Fidanlarımız

Anadolu’da eskiden “ağaç korkutma” diye bir gelenek olduğunu okudum geçenlerde. Ağaçların ruhları olduğuna inandıklarını ve meyve vermeyen ağacın yanına cuma saati, bir elinde balta ile giden insanların ağaca “Keseyim mi seni?” dediğini, oyuna dahil bir başkasının ağacın yanına gelerek “Aman kesme, bu sene vermediyse seneye kesin verir meyvesini.” diyerek bu olayın üç kere tekrarlandığını anlatıyordu. Devamında ise yine de göz dağı olsun diye gövdesine bir çizik atıldığını, sözde canını biraz yakınca ileride neler olacağını hissetmesi amaçlandığını yazıyordu.

 

Ve şimdi yepyeni bir eğitim- öğretim yılına başladık. Koşar adımlarla ilerleyen zamana ayak uyduran yaz tatili de böylelikle son buldu.
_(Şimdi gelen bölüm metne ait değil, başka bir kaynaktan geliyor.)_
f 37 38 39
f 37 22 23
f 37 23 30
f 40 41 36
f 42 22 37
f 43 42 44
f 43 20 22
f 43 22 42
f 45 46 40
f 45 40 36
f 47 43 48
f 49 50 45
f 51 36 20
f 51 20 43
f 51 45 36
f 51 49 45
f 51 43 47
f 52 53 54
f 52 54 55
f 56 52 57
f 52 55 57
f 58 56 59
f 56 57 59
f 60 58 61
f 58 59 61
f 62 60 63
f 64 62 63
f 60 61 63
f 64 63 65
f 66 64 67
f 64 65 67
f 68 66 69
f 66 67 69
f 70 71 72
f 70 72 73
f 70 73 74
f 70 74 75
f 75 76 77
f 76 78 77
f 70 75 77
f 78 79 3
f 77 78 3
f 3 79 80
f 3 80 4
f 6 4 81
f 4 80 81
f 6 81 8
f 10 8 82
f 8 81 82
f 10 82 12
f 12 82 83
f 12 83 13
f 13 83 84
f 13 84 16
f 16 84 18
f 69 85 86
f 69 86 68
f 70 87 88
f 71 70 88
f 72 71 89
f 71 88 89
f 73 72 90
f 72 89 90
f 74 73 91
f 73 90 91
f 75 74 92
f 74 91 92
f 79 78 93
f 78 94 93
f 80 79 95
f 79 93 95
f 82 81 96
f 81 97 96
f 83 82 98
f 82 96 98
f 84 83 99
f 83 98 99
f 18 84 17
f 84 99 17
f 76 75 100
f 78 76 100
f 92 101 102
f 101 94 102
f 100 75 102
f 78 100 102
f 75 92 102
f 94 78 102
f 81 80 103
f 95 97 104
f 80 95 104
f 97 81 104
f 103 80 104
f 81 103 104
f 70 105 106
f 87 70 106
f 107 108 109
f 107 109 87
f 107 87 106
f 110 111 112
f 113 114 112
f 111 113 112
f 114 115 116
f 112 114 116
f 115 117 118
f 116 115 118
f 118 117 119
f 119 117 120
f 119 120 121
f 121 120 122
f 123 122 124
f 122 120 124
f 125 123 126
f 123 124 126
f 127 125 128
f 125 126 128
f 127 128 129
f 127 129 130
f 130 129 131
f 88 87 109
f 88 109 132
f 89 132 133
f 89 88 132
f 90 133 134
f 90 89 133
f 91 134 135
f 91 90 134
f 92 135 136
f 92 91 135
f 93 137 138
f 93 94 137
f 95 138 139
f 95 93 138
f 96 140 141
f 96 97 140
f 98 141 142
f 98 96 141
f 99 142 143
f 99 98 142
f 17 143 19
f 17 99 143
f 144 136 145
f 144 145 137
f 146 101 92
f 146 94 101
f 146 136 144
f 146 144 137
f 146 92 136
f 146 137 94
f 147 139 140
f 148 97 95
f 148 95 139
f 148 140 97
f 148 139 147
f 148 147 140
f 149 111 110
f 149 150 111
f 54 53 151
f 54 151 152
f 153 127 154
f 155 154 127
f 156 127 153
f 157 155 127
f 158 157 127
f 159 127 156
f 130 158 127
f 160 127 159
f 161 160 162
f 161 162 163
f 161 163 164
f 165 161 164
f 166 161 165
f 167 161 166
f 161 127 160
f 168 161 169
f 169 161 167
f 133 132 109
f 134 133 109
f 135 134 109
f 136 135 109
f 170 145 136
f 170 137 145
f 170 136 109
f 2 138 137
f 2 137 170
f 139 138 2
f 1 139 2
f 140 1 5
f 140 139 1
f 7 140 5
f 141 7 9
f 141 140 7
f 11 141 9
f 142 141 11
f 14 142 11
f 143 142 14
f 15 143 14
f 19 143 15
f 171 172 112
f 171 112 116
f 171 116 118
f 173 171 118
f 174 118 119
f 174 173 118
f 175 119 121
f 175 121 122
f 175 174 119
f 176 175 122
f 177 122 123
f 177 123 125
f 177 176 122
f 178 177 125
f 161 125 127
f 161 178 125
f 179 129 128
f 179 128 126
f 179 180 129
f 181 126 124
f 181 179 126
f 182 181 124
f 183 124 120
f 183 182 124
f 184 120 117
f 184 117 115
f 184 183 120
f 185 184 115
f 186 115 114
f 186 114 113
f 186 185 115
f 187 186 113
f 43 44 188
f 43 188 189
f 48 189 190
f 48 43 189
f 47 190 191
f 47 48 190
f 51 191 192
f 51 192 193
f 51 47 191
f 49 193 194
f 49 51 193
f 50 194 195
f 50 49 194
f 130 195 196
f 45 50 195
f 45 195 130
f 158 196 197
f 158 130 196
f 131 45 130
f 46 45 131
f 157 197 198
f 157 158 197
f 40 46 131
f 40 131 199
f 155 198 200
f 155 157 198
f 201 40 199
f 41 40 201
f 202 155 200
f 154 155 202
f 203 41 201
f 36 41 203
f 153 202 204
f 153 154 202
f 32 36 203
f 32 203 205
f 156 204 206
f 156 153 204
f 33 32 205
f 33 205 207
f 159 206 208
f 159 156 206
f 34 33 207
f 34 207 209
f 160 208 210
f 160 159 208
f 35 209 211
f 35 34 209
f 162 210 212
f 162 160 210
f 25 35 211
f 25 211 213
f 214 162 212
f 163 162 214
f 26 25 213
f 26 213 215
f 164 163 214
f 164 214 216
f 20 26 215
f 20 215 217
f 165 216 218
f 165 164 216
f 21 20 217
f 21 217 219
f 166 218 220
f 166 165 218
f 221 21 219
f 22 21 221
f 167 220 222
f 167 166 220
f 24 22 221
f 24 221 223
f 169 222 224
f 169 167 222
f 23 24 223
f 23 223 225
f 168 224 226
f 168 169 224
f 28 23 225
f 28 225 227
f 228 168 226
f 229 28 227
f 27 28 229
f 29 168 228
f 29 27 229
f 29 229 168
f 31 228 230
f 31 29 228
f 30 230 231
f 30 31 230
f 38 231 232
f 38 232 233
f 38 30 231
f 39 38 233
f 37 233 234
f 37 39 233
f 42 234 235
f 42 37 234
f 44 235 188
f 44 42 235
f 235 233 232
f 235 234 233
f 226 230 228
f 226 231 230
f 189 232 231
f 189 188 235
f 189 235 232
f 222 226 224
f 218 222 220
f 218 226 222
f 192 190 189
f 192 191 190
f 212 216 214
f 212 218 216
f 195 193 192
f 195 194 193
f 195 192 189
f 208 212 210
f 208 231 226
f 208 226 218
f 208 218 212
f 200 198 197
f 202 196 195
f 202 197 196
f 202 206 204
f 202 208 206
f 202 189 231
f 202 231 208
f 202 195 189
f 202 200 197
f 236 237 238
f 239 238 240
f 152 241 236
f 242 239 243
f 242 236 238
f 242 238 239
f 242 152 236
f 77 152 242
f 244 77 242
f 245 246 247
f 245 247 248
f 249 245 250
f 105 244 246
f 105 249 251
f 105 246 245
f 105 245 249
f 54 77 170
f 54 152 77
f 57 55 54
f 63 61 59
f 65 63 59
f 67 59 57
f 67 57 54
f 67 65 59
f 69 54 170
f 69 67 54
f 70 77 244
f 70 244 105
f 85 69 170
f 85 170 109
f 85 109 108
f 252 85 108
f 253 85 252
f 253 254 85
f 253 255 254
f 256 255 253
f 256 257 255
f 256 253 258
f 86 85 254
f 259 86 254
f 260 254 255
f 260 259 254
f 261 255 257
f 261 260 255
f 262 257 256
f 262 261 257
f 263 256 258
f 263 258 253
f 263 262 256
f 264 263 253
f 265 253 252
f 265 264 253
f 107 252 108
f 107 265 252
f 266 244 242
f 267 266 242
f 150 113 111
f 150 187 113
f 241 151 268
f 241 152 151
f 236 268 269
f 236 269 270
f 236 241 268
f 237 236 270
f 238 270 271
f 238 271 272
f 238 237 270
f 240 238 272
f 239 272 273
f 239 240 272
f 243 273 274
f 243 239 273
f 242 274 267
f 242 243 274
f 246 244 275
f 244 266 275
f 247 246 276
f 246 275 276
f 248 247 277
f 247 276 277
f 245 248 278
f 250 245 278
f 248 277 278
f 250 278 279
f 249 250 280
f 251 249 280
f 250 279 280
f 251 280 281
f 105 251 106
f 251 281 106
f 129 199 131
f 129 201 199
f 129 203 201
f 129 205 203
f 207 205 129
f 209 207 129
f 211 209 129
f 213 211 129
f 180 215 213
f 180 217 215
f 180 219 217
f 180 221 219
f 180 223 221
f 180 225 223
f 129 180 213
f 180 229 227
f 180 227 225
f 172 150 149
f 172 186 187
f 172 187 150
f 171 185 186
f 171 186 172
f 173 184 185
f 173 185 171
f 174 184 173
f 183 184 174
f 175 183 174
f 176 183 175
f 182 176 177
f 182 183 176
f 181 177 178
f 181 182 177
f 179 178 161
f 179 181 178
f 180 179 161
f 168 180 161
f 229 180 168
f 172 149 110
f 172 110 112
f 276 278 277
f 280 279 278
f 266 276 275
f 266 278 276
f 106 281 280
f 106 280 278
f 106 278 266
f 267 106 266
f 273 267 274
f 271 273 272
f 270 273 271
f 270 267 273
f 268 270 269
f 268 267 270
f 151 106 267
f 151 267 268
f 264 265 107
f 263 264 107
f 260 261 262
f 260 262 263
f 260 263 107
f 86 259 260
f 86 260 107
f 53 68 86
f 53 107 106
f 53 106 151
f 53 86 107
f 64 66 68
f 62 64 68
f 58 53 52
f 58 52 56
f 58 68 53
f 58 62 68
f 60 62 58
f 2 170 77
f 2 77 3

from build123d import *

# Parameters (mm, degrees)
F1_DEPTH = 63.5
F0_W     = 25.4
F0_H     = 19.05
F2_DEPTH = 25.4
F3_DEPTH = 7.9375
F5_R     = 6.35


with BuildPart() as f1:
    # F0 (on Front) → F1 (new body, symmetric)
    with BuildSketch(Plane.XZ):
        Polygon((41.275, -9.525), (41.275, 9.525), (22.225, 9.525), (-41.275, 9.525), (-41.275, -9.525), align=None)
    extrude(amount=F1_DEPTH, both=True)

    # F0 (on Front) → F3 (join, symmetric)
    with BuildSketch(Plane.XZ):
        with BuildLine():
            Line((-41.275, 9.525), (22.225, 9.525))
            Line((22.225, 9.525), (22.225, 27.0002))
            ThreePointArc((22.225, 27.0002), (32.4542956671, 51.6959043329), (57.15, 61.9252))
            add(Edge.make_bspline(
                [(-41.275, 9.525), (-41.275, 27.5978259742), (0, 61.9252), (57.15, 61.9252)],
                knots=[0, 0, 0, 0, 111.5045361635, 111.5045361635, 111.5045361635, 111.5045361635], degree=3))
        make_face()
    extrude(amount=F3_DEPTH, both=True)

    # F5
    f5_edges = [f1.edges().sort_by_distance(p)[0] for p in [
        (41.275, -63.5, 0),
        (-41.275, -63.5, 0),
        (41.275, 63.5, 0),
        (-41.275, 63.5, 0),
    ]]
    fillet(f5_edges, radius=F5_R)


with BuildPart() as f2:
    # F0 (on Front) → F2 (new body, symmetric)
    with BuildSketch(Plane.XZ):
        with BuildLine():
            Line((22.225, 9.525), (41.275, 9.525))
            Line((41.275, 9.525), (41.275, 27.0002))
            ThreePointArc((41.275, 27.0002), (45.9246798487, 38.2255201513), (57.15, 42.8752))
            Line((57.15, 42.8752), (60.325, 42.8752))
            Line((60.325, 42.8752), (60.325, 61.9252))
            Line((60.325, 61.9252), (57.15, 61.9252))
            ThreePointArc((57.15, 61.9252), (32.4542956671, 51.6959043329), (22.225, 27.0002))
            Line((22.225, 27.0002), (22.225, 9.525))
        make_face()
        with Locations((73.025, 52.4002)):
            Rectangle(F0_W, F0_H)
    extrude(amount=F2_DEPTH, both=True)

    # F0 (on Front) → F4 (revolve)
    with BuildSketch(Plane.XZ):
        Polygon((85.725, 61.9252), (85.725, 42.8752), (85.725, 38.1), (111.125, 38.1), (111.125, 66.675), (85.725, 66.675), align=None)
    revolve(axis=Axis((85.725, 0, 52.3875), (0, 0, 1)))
Evlerimizden birer birer ayrılarak okul yoluna çıktı fidanlarımız. Hepsi geleceğe ışık tutan bireyler olmak amacıyla adımlamaya başladı yeni dönemi.

 

Kimi istekli, kimi ise isteksizce sırtladı çantasındaki hayallerini. Yorucu bir maraton olacağının bilincinde ve

emek emek işlenecek her yeni güne doğru çıktı okul yoluna. Umutlarını, yarınlarını yükledi omuzlarına.

 

Tıpkı yavaş yavaş dallanıp budaklanarak, yapraklarını yeşertecek bir fidan gibi. Köklerini toprağa salıp, dimdik ayakta durmaya başlayınca da meyve verecek olmanın ümidiyle.

 

Ama burada mühim olan o meyveleri isterken fidanlarımızı korkutmamak. Nasıl mı?

 

Alacakları iyi notların ötesinde, arkadaşları ile ilişkilerinin, öğretmenlerine olan saygısının, grup olarak yaptıkları etkinliklerdeki yardımlaşmasını takdir ederek. Hep daha başarılı olmasını isterken, insani değerlerden uzaklaşmasına göz yummayarak. Faydalı bir birey olmanın sadece maddi menfaatlerini ön planda tutan iyi bir mesleğin çok daha ilerisinde olduğu bilincini vererek yetiştirmeliyiz.

 

Yani alınan düşük not için, elimizdeki baltayı hazır tutarak veya bir başkası ile yarışa dahil ederek gövdelerine çizik atmayla gerçek bir eğitim olmayacağının bilincinde olmalıyız.

 

Çünkü kimi sanat alanında, kimi ticari alanda, kimi ise sözleri ile aydınlatacak geleceğimizi. Kandillerimizi, ellerimizle söndürmeden aynı okul yolunda bambaşka hislerle kendimizin de yürümüş olduğunu bilerek hareket etmeliyiz. Empati kurarak, manevi değerlerini unutturmadan onun yol almasına izin vermeliyiz.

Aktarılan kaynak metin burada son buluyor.